This election year no doubt will be filled with a perpetual barrage of politics. From Super Tuesday to Nov. 5th, our church people will be bombarded with political ads, phone calls, news segments and presidential debates.

As pastors, how do we lead through a year like this?

Remain non-partisan as pastor

As private citizens, pastors should be involved in the political process as much as they choose to be. Watch cable news, debate over the dining room table, and vote your conscience. But in the role of pastor, we would be wise to be cautious about what you put out there. As a representative of your church, be as apolitical, or at least as non-partisan, as you can. If someone feels uncomfortable at your church because they vote the opposing candidate, you may be usurping the centrality of the Gospel.

Preach on the providence  of God

Political ads make it sound like the future is entirely in our hands, as though it’s all up to us as citizens and every election is the most important one in the history of humanity. If the opposing candidate wins, it will be the end of the republic!

That is a sure recipe for anxiety, and for roughly half of Americans, a severe disappointment. As spiritual leaders, we have the opportunity to encourage people that a Sovereign God sits on His throne who raises up kings and brings them down. Remind them of God’s words in Psalm 46:10, “Be still, and know that I am God.”

Commanded to pray

Pray for our nation and its leaders

Remind people that the one thing we as Christians are commanded to do when it comes to politics is pray.

Even if two Christians have vastly different opinions on candidates, they should be able to pray together.

“I urge that supplications, prayers, intercessions and thanksgivings be made for all people, for kings and all who are in high positions, that we may lead a peaceful and quiet life, godly and dignified in every way” (1 Timothy 2:1–2). Let us pray.

Encourage people to go out and vote

Good citizenry participates in a democracy, and Christians should be good citizens.

I trust that if the vast majority of Christians in the United States engage in the election process, even with many voting for competing candidates, the end will result in a net positive good for our nation.

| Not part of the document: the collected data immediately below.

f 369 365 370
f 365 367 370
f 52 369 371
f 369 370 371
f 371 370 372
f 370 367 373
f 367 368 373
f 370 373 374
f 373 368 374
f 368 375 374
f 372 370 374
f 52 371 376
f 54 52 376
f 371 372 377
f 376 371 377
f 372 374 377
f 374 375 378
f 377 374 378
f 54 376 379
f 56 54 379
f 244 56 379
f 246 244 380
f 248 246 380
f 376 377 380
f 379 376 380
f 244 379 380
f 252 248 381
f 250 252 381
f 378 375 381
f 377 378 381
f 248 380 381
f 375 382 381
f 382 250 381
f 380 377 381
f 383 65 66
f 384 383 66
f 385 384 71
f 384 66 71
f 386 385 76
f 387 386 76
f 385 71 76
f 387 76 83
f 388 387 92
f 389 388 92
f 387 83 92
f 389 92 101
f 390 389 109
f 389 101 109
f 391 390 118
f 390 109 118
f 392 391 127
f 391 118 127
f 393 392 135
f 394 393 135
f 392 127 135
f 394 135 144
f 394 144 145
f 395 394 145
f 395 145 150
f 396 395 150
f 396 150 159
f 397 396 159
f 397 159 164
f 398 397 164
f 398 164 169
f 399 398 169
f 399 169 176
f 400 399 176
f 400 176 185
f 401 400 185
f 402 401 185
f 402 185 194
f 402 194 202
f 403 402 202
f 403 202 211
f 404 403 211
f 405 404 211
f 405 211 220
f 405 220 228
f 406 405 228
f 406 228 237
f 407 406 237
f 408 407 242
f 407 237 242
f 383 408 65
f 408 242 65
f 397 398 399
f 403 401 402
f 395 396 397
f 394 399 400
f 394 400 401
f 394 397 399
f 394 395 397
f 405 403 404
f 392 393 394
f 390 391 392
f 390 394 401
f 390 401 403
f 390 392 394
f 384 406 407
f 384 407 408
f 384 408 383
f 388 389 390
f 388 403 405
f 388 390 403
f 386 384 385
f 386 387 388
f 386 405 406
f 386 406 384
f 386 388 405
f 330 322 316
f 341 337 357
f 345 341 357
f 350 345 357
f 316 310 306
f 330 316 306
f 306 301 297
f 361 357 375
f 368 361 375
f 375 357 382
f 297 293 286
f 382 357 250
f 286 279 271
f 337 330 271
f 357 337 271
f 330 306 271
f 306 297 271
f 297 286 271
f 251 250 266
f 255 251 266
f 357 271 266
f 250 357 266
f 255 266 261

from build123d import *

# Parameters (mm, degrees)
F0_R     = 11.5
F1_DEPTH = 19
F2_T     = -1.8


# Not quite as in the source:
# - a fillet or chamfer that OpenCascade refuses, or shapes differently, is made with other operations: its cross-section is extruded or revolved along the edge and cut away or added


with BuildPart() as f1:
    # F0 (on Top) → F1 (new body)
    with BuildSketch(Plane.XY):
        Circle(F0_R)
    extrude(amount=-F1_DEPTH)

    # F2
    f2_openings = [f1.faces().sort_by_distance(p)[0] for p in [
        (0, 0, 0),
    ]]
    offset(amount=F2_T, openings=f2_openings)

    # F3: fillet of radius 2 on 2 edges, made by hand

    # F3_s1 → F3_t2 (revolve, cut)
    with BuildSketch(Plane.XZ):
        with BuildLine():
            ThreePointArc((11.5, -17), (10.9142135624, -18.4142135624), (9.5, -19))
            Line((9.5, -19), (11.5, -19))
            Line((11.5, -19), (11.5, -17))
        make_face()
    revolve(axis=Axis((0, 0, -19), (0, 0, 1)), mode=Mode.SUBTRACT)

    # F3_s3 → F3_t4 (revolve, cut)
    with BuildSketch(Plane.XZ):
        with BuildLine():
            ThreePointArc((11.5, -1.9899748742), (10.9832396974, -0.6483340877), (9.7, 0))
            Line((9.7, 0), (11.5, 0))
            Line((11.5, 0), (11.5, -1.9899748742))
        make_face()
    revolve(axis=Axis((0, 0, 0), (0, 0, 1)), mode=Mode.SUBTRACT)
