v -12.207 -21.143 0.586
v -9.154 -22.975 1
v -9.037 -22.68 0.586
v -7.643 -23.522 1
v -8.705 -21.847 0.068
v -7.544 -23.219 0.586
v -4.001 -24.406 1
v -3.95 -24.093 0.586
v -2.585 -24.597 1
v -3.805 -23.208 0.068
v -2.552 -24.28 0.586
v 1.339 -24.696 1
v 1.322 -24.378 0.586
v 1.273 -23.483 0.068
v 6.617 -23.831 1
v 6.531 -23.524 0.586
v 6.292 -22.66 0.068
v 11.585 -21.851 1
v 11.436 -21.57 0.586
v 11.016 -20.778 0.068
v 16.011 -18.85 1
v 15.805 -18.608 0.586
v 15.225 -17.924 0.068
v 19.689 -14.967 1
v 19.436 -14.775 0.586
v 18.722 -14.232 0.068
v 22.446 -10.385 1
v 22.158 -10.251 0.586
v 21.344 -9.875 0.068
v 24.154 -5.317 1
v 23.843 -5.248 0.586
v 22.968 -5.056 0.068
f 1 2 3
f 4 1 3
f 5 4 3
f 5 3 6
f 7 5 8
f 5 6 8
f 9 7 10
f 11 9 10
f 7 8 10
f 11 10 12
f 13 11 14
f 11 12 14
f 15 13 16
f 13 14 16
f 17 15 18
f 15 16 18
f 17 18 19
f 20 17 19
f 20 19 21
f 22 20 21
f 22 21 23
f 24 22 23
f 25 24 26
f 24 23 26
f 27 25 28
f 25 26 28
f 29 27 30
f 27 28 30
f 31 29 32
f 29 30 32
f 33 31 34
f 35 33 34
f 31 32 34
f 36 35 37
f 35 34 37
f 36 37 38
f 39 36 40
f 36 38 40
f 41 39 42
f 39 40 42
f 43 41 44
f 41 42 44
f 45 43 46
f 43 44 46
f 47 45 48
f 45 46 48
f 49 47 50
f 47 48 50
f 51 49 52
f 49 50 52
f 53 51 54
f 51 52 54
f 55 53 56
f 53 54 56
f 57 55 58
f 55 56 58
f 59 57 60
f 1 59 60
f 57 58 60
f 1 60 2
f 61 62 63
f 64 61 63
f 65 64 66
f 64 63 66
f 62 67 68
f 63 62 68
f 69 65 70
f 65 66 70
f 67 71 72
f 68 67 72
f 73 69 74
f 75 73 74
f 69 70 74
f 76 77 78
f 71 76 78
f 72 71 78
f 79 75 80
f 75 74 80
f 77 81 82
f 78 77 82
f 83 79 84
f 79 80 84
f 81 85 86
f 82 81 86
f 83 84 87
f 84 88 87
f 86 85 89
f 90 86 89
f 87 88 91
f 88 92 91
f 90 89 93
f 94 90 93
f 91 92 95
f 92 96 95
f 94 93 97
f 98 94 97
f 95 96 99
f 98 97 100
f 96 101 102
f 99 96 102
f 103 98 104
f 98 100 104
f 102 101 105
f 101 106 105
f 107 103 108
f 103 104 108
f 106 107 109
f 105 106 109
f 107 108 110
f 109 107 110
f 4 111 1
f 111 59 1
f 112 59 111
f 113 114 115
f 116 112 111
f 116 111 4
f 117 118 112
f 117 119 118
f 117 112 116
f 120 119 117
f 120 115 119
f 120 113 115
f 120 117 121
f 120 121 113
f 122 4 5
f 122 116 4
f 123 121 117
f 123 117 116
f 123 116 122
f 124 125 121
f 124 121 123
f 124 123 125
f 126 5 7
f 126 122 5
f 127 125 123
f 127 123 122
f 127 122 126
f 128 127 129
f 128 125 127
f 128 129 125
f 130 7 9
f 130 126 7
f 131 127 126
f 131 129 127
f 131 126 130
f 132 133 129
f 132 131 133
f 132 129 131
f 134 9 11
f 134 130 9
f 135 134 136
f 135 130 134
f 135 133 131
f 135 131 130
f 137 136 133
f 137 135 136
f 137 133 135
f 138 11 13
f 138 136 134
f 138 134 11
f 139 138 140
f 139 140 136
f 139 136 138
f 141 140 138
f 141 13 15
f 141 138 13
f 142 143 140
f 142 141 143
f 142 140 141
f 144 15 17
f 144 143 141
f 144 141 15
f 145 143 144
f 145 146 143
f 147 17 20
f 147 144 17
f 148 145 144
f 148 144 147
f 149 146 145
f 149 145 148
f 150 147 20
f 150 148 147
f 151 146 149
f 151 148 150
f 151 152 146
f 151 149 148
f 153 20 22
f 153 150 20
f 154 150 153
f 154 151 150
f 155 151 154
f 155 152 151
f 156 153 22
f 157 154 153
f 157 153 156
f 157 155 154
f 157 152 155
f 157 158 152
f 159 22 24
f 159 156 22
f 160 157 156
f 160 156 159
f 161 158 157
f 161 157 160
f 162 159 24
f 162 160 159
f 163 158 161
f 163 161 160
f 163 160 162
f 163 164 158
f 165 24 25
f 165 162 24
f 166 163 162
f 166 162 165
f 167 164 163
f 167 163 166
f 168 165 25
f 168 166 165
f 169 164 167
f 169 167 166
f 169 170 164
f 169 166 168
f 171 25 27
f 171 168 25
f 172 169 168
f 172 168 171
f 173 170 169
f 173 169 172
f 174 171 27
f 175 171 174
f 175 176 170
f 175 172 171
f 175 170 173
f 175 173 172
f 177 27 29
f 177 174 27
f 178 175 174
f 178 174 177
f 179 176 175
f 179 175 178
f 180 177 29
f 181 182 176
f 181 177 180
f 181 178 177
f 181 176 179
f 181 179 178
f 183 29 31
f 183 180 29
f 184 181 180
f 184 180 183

More than that, voting is a way of being salt and light, of caring for our neighbor. We should seek what is the greatest good in the public square for our society, and one small way we can do that is to cast our ballots.

Keep doing what you normally do

If the pastor changes his tune and joins in on the anger and bitterness, many will see that as a cue for how they should act too. If they see you joyful in the midst of the turmoil and divisiveness, delighting in the gospel, they will want to follow suit. What you prioritize during this year will stand out all the more, at a time when every newspaper, news outlet and social medium is screaming that the election is the most important event in the universe. God is more exciting and more enjoyable than any candidate’s latest shocking statement.

The year 2024 will come and go.

Whoever sits in the Oval Office over the next four years will have an impact on our country, no doubt. Yet, pastors will keep preaching the Word, keep shepherding the flock, and keep bringing the gospel to the nations. If the Lord tarries, we will do it all over again in four years.

EDITOR’S NOTE — This story was originally published by Baptist Churches of New England.

True love defined by Scripture

For a society that prioritizes love so enthusiastically, one would think we would have a greater understanding of exactly what we’re talking about.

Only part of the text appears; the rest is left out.